Joseph Illick, Santa Fe Concert Association director

The sounds of music

Opera to choral music, chamber music to recitals, dance to jazz, there are treats for every taste A Santa Fe summer is a performing arts wonder. Both locals and visitors have several major milestones to look forward to in 2012. The Santa Fe Desert Chorale, first heard in 1983, celebrates its 30th season. The Santa Fe Chamber Music Festival, which began here in 1973, marks its 40th summer. The Santa Fe Opera presents five new productions, three of them company premieres. Several collaborations with the opera are set as well. Desert Chorale singers will join the SFO forces in Karol Szymanowski’s massive, mystical King Roger. The Santa Fe Concert Association presents three one-hour voice recitals by Santa Fe Opera stars, while the Chamber Music Festival features several SFO singers in concert.
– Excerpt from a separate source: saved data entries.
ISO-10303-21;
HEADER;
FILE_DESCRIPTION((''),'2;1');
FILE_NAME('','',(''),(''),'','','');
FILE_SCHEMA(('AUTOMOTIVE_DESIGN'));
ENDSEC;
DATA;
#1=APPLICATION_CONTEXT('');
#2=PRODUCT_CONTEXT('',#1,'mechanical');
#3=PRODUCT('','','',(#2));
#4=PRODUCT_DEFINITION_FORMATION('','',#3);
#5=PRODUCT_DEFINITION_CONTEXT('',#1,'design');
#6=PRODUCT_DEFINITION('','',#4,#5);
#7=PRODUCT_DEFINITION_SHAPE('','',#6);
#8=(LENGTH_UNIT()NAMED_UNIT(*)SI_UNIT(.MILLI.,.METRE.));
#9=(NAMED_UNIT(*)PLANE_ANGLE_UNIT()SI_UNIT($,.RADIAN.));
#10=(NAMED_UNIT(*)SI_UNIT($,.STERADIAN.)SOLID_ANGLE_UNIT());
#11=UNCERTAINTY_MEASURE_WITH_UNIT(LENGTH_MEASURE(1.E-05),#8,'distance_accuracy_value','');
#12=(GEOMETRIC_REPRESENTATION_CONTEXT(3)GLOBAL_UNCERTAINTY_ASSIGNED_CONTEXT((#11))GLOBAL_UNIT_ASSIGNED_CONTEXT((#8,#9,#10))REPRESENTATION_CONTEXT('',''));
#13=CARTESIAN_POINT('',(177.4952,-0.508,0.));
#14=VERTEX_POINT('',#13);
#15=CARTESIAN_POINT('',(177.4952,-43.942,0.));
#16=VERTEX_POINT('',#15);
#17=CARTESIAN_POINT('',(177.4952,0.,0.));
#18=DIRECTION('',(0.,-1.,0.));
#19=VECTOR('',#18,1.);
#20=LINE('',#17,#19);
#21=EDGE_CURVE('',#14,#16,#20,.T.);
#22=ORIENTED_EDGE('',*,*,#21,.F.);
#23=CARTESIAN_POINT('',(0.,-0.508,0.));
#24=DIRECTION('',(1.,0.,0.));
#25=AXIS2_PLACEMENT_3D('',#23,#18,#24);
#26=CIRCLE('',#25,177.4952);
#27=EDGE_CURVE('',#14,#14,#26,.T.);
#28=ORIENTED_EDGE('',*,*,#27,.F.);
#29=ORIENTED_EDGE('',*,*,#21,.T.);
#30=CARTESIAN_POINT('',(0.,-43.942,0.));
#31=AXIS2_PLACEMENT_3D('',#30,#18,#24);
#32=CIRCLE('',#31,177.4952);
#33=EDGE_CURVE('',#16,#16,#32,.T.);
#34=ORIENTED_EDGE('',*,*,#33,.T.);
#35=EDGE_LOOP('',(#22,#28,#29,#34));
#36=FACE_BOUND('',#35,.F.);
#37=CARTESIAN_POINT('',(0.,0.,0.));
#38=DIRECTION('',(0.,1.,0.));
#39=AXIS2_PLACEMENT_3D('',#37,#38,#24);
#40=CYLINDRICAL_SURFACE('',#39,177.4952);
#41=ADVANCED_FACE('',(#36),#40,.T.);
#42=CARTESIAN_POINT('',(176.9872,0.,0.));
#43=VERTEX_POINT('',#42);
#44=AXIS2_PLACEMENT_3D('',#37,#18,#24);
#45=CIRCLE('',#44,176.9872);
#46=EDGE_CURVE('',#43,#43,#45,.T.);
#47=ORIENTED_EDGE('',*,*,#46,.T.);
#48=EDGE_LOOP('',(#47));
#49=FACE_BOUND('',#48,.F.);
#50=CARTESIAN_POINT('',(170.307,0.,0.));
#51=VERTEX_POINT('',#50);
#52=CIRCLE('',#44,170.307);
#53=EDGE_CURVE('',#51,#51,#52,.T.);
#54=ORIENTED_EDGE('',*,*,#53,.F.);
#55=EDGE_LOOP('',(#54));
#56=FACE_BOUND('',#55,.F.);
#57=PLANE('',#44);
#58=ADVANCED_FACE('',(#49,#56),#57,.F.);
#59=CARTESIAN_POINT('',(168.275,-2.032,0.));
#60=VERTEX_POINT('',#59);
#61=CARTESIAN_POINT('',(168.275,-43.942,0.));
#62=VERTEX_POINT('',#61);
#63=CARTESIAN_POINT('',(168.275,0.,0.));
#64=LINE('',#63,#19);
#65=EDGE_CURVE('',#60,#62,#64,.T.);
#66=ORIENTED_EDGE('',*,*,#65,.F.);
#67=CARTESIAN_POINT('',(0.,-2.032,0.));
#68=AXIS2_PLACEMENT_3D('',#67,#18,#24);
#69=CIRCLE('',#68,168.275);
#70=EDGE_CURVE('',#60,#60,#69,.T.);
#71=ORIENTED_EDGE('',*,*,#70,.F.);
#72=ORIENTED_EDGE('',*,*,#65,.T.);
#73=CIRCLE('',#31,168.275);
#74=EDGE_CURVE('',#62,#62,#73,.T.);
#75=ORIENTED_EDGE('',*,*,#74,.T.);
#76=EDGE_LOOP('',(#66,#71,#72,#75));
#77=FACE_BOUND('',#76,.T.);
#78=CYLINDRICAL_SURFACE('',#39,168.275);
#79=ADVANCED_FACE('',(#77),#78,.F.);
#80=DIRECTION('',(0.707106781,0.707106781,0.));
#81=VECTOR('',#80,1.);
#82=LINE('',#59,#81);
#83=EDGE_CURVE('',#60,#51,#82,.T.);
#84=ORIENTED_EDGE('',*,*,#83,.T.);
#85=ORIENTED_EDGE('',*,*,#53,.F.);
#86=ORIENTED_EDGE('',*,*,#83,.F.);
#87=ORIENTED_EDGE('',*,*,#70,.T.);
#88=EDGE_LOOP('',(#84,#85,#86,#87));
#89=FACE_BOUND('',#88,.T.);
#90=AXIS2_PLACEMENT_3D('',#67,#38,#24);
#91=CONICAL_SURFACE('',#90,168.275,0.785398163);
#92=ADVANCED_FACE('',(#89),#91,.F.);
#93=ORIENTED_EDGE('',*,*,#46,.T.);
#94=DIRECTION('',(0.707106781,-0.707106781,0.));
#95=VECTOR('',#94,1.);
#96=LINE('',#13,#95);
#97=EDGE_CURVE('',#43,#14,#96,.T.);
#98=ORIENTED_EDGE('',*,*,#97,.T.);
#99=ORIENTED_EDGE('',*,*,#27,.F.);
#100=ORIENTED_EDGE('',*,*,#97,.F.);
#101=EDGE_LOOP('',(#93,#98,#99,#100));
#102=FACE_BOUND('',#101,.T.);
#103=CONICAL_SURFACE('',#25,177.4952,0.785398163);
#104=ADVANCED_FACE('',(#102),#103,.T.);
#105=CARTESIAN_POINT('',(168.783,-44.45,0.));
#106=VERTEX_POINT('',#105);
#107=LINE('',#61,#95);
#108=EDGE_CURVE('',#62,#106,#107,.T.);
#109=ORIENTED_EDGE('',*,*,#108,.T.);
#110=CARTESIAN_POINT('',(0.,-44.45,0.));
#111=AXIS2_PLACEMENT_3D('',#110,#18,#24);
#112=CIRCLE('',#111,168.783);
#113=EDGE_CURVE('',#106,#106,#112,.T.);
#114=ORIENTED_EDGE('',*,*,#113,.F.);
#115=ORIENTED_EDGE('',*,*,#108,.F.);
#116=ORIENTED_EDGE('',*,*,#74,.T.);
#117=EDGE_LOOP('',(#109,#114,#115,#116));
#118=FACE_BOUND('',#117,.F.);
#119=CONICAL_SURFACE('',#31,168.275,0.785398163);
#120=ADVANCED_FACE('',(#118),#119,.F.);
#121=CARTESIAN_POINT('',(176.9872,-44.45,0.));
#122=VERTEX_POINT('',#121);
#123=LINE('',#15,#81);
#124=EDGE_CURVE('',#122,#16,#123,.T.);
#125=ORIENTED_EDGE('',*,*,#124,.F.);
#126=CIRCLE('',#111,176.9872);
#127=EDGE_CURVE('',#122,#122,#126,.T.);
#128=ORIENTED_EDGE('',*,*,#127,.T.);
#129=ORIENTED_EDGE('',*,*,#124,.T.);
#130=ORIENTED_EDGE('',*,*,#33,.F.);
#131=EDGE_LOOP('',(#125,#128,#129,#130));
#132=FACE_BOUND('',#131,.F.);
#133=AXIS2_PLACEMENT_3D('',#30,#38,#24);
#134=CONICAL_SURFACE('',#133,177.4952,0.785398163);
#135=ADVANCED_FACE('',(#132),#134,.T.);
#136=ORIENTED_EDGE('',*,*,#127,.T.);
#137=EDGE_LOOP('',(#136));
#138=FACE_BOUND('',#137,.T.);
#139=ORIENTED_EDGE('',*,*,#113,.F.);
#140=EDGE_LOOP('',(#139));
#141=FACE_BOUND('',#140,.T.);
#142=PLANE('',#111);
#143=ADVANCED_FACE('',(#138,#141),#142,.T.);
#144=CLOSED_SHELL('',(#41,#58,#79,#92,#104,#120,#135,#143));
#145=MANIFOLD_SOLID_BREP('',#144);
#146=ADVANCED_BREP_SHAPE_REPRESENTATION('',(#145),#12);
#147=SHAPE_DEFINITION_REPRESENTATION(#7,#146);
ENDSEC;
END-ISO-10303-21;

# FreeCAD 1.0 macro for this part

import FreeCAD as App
import Part
import Sketcher
Q = App.Units.Quantity


def edges_at(feature, points):
    """Names of the edges that pass closest to the given points."""
    edges = feature.Shape.Edges
    near = lambda p: min(range(len(edges)), key=lambda i: edges[i].distToShape(Part.Vertex(*p))[0])
    return sorted({f"Edge{near(p) + 1}" for p in points})

doc = App.newDocument("Part")
params = doc.addObject("Spreadsheet::Sheet", "Params")
for row, (alias, value) in enumerate([
    ("sketch1_diameter", "13.25 in"),
    ("sketch1_diameter2", "13.976 in"),
    ("pad1_length", "1.75 in"),
    ("chamfer_size", "0.08 in"),
    ("chamfer2_size", "0.02 in"),
], start=1):
    params.set(f"A{row}", alias)
    params.set(f"B{row}", "=" + value)
    params.setAlias(f"B{row}", alias)

body = doc.addObject("PartDesign::Body", "Body")

sketch1 = body.newObject("Sketcher::SketchObject", "Sketch")
sketch1.AttachmentSupport = (doc.getObject("XZ_Plane"), [""])
sketch1.MapMode = "FlatFace"
sketch1.addGeometry([
    Part.Circle(App.Vector(0, 0, 0), App.Vector(0, 0, 1), 177),
    Part.Circle(App.Vector(0, 0, 0), App.Vector(0, 0, 1), 168),
], False)
sketch1.addConstraint([
    Sketcher.Constraint("Coincident", 0, 3, -1, 1),
    Sketcher.Constraint("Coincident", 1, 3, -1, 1),
    Sketcher.Constraint("Diameter", 1, Q("13.25 in")),
    Sketcher.Constraint("Diameter", 0, Q("13.976 in")),
])
sketch1.setExpression("Constraints[2]", "Params.sketch1_diameter")
sketch1.setExpression("Constraints[3]", "Params.sketch1_diameter2")
pad1 = body.newObject("PartDesign::Pad", "Pad")
pad1.Profile = sketch1
pad1.setExpression("Length", "Params.pad1_length")
doc.recompute()

chamfer = body.newObject("PartDesign::Chamfer", "Chamfer")
chamfer.Base = (pad1, edges_at(pad1, [(-168.275, 0, 0)]))
chamfer.setExpression("Size", "Params.chamfer_size")
doc.recompute()

chamfer2 = body.newObject("PartDesign::Chamfer", "Chamfer001")
chamfer2.Base = (chamfer, edges_at(chamfer, [(-168.275, -44.45, 0), (-177.495, -44.45, 0), (-177.495, 0, 0)]))
chamfer2.setExpression("Size", "Params.chamfer2_size")

doc.recompute()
In other performances, SFCA presents two evenings of dance by soloists and principals of the New York City Ballet; Aspen Santa Fe Ballet brings its probing artistry back to its second home; and the New Mexico Jazz Festival again explores “America’s music.” And of course, behind the public concerts are the people who cast the artistic spells for each group — music directors, managers and performers.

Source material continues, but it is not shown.